Qu’en est-il si je considère mon jeu instrumental et ma partition ? J’ai l’habitude de m’installer puis d’installer mon pupitre à une certaine distance de moi, en général toujours la même, et toujours dans le même axe quand je travaille. Mes yeux se servent de la partition comme d’un ancrage. Je me sens solide. La partition me sert de soutien, que j’en sois consciente ou non. … Mon regard et mon corps aiment cette position.
Disons plus exactement qu’ils sont tellement habitués à une situation précise qu’ils ont du mal à s’en passer. Si je change mon pupitre de place, je peux constater que ma pensée met un moment à retrouver ses marques. Elle ne va d’ailleurs pas forcément considérer les choses tout à fait de la même façon avec un positionnement de mon pupitre en face de moi , à droite, à gauche, plus haut , plus bas…
Mais est-ce que ce lien est une bonne chose ? Ce confort apparent n’est-il pas une illusion ?
Cet ancrage ne devient-il pas malheureusement garant de mon équilibre physique ? Si j’enlève mon pupitre la notion de mon équilibre est-elle perturbée? Cet équilibre ne concerne-t-il que l’aspect physique ou bien ma pensée y est-elle soumise également ? Mon regard et mon écoute étant intimement liés que se passe-t-il exactement lorsque je perds mon repère physique ?
Mon regard , et surtout mon regard intérieur, que je dois travailler en même temps que je joue si je veux rester « en équilibre » musicalement, ne devrait-il pas se porter, en même temps qu’il lit la partition, autre part que sur ce pupitre si mon but est de garder une approche vaste et complète de ce que je veux jouer et interpréter et si je veux rester confiante et disponible. Si je veux rester moi-même, entière et capable de maîtriser mon texte avec mon désir de jouer d’une façon vivante, et avec une sensation globale de cette situation de jeu instrumental ?
Mon « regard », dans tous les sens du terme, ne doit-il pas être aussi vaste que cette ligne imaginaire que je crée dans mon équilibre sur la pointe des pieds, yeux ouverts ?? Cette ligne de profondeur imaginaire n’est-elle pas garante du sens et de la profondeur de ce que je vais jouer ?
Et si j’enlève le pupitre, si je joue par cœur ou face à un public, mon équilibre ne va-t-il pas brusquement être tellement perturbé puisqu’il n’a plus son ancrage, que même ma pensée, mon par cœur, pourraient s’en trouver déstabilisés ? Si je ne suis pas consciente de ce changement, si je ne travaille pas avec la partition en ayant conscience de ce piège, puis-je maîtriser facilement mon jeu, ma mémoire, ma présence, sans elle?

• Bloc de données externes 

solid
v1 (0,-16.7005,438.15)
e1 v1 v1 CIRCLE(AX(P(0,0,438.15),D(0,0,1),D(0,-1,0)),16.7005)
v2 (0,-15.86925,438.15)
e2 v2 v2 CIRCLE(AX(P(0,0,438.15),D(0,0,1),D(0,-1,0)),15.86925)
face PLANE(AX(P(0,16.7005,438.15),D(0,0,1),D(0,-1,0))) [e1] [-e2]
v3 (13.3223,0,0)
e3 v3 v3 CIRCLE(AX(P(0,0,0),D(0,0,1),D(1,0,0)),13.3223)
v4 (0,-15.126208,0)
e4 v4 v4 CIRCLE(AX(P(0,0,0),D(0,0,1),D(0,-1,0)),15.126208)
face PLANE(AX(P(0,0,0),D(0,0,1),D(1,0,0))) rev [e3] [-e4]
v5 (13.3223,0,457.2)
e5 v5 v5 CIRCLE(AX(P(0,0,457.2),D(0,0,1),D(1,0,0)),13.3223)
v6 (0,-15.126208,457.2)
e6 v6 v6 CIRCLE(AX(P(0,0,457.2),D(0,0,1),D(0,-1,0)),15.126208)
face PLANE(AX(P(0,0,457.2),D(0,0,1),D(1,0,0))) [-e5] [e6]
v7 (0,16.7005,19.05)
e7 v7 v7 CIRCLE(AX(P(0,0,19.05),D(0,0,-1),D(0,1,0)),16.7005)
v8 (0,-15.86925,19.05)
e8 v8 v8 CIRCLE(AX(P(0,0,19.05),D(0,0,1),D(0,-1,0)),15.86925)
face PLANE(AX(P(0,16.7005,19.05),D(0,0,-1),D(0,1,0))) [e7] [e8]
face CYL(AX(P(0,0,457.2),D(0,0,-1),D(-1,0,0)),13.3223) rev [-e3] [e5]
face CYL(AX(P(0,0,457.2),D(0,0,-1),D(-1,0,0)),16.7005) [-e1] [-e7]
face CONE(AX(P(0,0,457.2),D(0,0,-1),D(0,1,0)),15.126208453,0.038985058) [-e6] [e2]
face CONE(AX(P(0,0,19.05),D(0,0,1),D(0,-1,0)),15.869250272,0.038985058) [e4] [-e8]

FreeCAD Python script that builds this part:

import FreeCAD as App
import Part
import Sketcher

V = App.Vector
Q = App.Units.Quantity


def add_polygon(sketch, points):
    """Adds a closed chain of lines whose ends are joined by coincident constraints."""
    first, n = sketch.GeometryCount, len(points)
    for a, b in zip(points, points[1:] + points[:1]):
        sketch.addGeometry(Part.LineSegment(App.Vector(*a, 0), App.Vector(*b, 0)), False)
    for i in range(n):
        sketch.addConstraint(Sketcher.Constraint("Coincident", first + i, 2, first + (i + 1) % n, 1))

doc = App.newDocument("Part")
body = doc.addObject("PartDesign::Body", "Body")

# Sketch on XY plane
sketch1 = body.newObject("Sketcher::SketchObject", "Sketch")
sketch1.AttachmentSupport = (doc.getObject("XY_Plane"), [""])
sketch1.MapMode = "FlatFace"
sketch1.addGeometry(Part.Circle(V(0, 0, 0), V(0, 0, 1), 16.7005), False)
sketch1.addGeometry(Part.Circle(V(0, 0, 0), V(0, 0, 1), 13.3223), False)
sketch1.addConstraint(Sketcher.Constraint("Coincident", 0, 3, -1, 1))
sketch1.addConstraint(Sketcher.Constraint("Coincident", 1, 3, -1, 1))
sketch1.addConstraint(Sketcher.Constraint("Diameter", 0, Q("1.315 in")))
sketch1.addConstraint(Sketcher.Constraint("Diameter", 1, Q("1.049 in")))
pad1 = body.newObject("PartDesign::Pad", "Pad")
pad1.Profile = sketch1
pad1.Length = Q("18 in")

# Sketch on YZ plane
sketch2 = body.newObject("Sketcher::SketchObject", "Sketch001")
sketch2.AttachmentSupport = (doc.getObject("YZ_Plane"), [""])
sketch2.MapMode = "FlatFace"
add_polygon(sketch2, [(21.813585, 0), (21.813585, 19.05), (15.86925, 19.05), (15.126208, 0)])  # lines 0-3
add_polygon(sketch2, [(21.813585, 457.2), (15.126208, 457.2), (15.86925, 438.15), (21.813585, 438.15)])  # lines 4-7
sketch2.addConstraint(Sketcher.Constraint("Vertical", 0))
sketch2.addConstraint(Sketcher.Constraint("Horizontal", 1))
sketch2.addConstraint(Sketcher.Constraint("Horizontal", 3))
sketch2.addConstraint(Sketcher.Constraint("Horizontal", 4))
sketch2.addConstraint(Sketcher.Constraint("Horizontal", 6))
sketch2.addConstraint(Sketcher.Constraint("Vertical", 7))
sketch2.addConstraint(Sketcher.Constraint("PointOnObject", 2, 2, -1))
sketch2.addConstraint(Sketcher.Constraint("Vertical", 2, 2, 4, 2))
sketch2.addConstraint(Sketcher.Constraint("Vertical", 1, 2, 5, 2))
sketch2.addConstraint(Sketcher.Constraint("Vertical", 3, 2, 6, 2))
sketch2.addConstraint(Sketcher.Constraint("Equal", 0, 7))
sketch2.addConstraint(Sketcher.Constraint("DistanceY", -1, 1, 4, 2, Q("18 in")))
sketch2.addConstraint(Sketcher.Constraint("DistanceY", 0, 1, 0, 2, Q("0.75 in")))
sketch2.addConstraint(Sketcher.Constraint("DistanceX", 1, 2, 1, 1, Q("5.944335 mm")))
sketch2.addConstraint(Sketcher.Constraint("DistanceX", 3, 1, 3, 2, Q("6.687376 mm")))
sketch2.addConstraint(Sketcher.Constraint("DistanceX", -1, 1, 1, 2, Q("15.86925 mm")))
groove = body.newObject("PartDesign::Groove", "Groove")
groove.Profile = sketch2
groove.ReferenceAxis = (sketch2, ["V_Axis"])
groove.Angle = 360

doc.recompute()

Nous ne pouvons pas toujours nous passer de notre partition, bien sûr, mais plusieurs choses sont importantes à faire tout en la lisant :
D’une part, prendre du recul, et s’obliger à la regarder le plus globalement possible au lieu d’avoir une vision « scanner » qui nous focalise uniquement sur le petit tronçon de phrase que l’on va jouer dans la seconde qui suit. On remarquera alors que le corps se détend naturellement et que la musique est plus fluide.
Et d’autre part, toujours avoir conscience de cet autre point de référence, qui restera présent malgré la lecture. Un point qui nous sert en toute circonstance à ne pas être en déséquilibre interne. Un point plus intérieur tout en étant en lien avec l’espace autour, plus dense, plus solide et plus fiable, qui nous ramène à nous-mêmes et à notre solidité propre aussi bien psychique que physique…

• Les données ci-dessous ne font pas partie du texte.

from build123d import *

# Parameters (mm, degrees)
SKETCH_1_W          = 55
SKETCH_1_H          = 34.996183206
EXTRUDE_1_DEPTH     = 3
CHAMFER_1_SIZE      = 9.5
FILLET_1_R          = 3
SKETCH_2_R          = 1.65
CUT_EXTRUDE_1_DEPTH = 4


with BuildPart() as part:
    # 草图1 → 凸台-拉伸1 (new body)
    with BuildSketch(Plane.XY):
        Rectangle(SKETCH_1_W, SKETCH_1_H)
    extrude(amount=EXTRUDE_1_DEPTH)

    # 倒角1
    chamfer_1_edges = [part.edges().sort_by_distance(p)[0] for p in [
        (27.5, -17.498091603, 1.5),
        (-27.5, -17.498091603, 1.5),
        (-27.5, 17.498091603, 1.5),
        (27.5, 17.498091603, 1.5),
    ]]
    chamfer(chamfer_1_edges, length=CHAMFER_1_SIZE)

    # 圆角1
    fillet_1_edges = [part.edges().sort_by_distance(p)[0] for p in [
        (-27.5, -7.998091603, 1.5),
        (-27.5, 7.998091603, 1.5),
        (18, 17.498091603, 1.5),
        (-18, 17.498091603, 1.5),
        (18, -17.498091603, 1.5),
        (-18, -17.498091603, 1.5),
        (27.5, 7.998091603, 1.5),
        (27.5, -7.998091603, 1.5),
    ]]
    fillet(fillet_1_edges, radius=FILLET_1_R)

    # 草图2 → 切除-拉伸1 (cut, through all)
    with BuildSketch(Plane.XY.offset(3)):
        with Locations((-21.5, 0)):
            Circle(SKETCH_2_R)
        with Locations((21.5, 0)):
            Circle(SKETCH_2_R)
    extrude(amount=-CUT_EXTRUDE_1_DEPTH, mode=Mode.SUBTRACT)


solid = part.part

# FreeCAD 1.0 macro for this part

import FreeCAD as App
import Part
import Sketcher

V = App.Vector


def edges_at(feature, points):
    """Names of the edges that pass closest to the given points."""
    edges = feature.Shape.Edges
    near = lambda p: min(range(len(edges)), key=lambda i: edges[i].distToShape(Part.Vertex(*p))[0])
    return sorted({f"Edge{near(p) + 1}" for p in points})

doc = App.newDocument("Part")
body = doc.addObject("PartDesign::Body", "Body")

sketch1 = doc.addObject("Sketcher::SketchObject", "Sketch")
body.addObject(sketch1)
sketch1.AttachmentSupport = (doc.XY_Plane, [""])
sketch1.MapMode = "FlatFace"
sketch1.addGeometry([
    Part.LineSegment(V(-28, 17, 0), V(-28, -17, 0)),
    Part.LineSegment(V(-28, -17, 0), V(28, -17, 0)),
    Part.LineSegment(V(28, -17, 0), V(28, 17, 0)),
    Part.LineSegment(V(28, 17, 0), V(-28, 17, 0)),
], False)
sketch1.addConstraint([
    Sketcher.Constraint("Coincident", 0, 2, 1, 1),
    Sketcher.Constraint("Coincident", 1, 2, 2, 1),
    Sketcher.Constraint("Coincident", 2, 2, 3, 1),
    Sketcher.Constraint("Coincident", 3, 2, 0, 1),
    Sketcher.Constraint("Vertical", 0),
    Sketcher.Constraint("Horizontal", 1),
    Sketcher.Constraint("Vertical", 2),
    Sketcher.Constraint("Horizontal", 3),
    Sketcher.Constraint("Symmetric", 0, 2, 2, 2, -1, 1),
    Sketcher.Constraint("DistanceX", 1, 1, 1, 2, 55.0),
    Sketcher.Constraint("DistanceY", 0, 2, 0, 1, 34.996183),
])
pad1 = doc.addObject("PartDesign::Pad", "Pad")
body.addObject(pad1)
pad1.Profile = sketch1
pad1.Length = 3
doc.recompute()

chamfer = doc.addObject("PartDesign::Chamfer", "Chamfer")
body.addObject(chamfer)
chamfer.Base = (pad1, edges_at(pad1, [
    (27.5, -17.498, 1.5),
    (-27.5, -17.498, 1.5),
    (-27.5, 17.498, 1.5),
    (27.5, 17.498, 1.5),
]))
chamfer.Size = 9.5
doc.recompute()

fillet = doc.addObject("PartDesign::Fillet", "Fillet")
body.addObject(fillet)
fillet.Base = (chamfer, edges_at(chamfer, [
    (-27.5, -7.998, 1.5),
    (-27.5, 7.998, 1.5),
    (18, 17.498, 1.5),
    (-18, 17.498, 1.5),
    (18, -17.498, 1.5),
    (-18, -17.498, 1.5),
    (27.5, 7.998, 1.5),
    (27.5, -7.998, 1.5),
]))
fillet.Radius = 3

sketch2 = doc.addObject("Sketcher::SketchObject", "Sketch001")
body.addObject(sketch2)
sketch2.AttachmentSupport = (doc.XY_Plane, [""])
sketch2.MapMode = "FlatFace"
sketch2.AttachmentOffset = App.Placement(V(0, 0, 3), App.Rotation())
sketch2.addGeometry([
    Part.Circle(V(-21.5, 0, 0), V(0, 0, 1), 1.6),
    Part.Circle(V(21.5, 0, 0), V(0, 0, 1), 1.6),
], False)
sketch2.addConstraint([
    Sketcher.Constraint("Equal", 0, 1),
    Sketcher.Constraint("Symmetric", 0, 3, 1, 3, -1, 1),
    Sketcher.Constraint("PointOnObject", 0, 3, -1),
    Sketcher.Constraint("Diameter", 0, 3.3),
    Sketcher.Constraint("DistanceX", 0, 3, 1, 3, 43.0),
])
pocket1 = doc.addObject("PartDesign::Pocket", "Pocket")
body.addObject(pocket1)
pocket1.Profile = sketch2
pocket1.Type = "ThroughAll"

doc.recompute()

Un constat qui s’approche de ces remarques : l’autre jour un de mes petits élèves me joue son morceau et, comme souvent il me regarde très fixement, cherchant sans doute mon approbation. Son corps est de ce fait assez fixe et sa musicalité un peu retenue. Il est plus en lien avec moi qu’avec lui-même. Je lui demande de ne plus me regarder. Immédiatement le contenu change !! La musique devient vivante, évidente. Il n’a aucun mal à la conduire !!!! C’est agréable à écouter et le sens est là tout entier !!????…..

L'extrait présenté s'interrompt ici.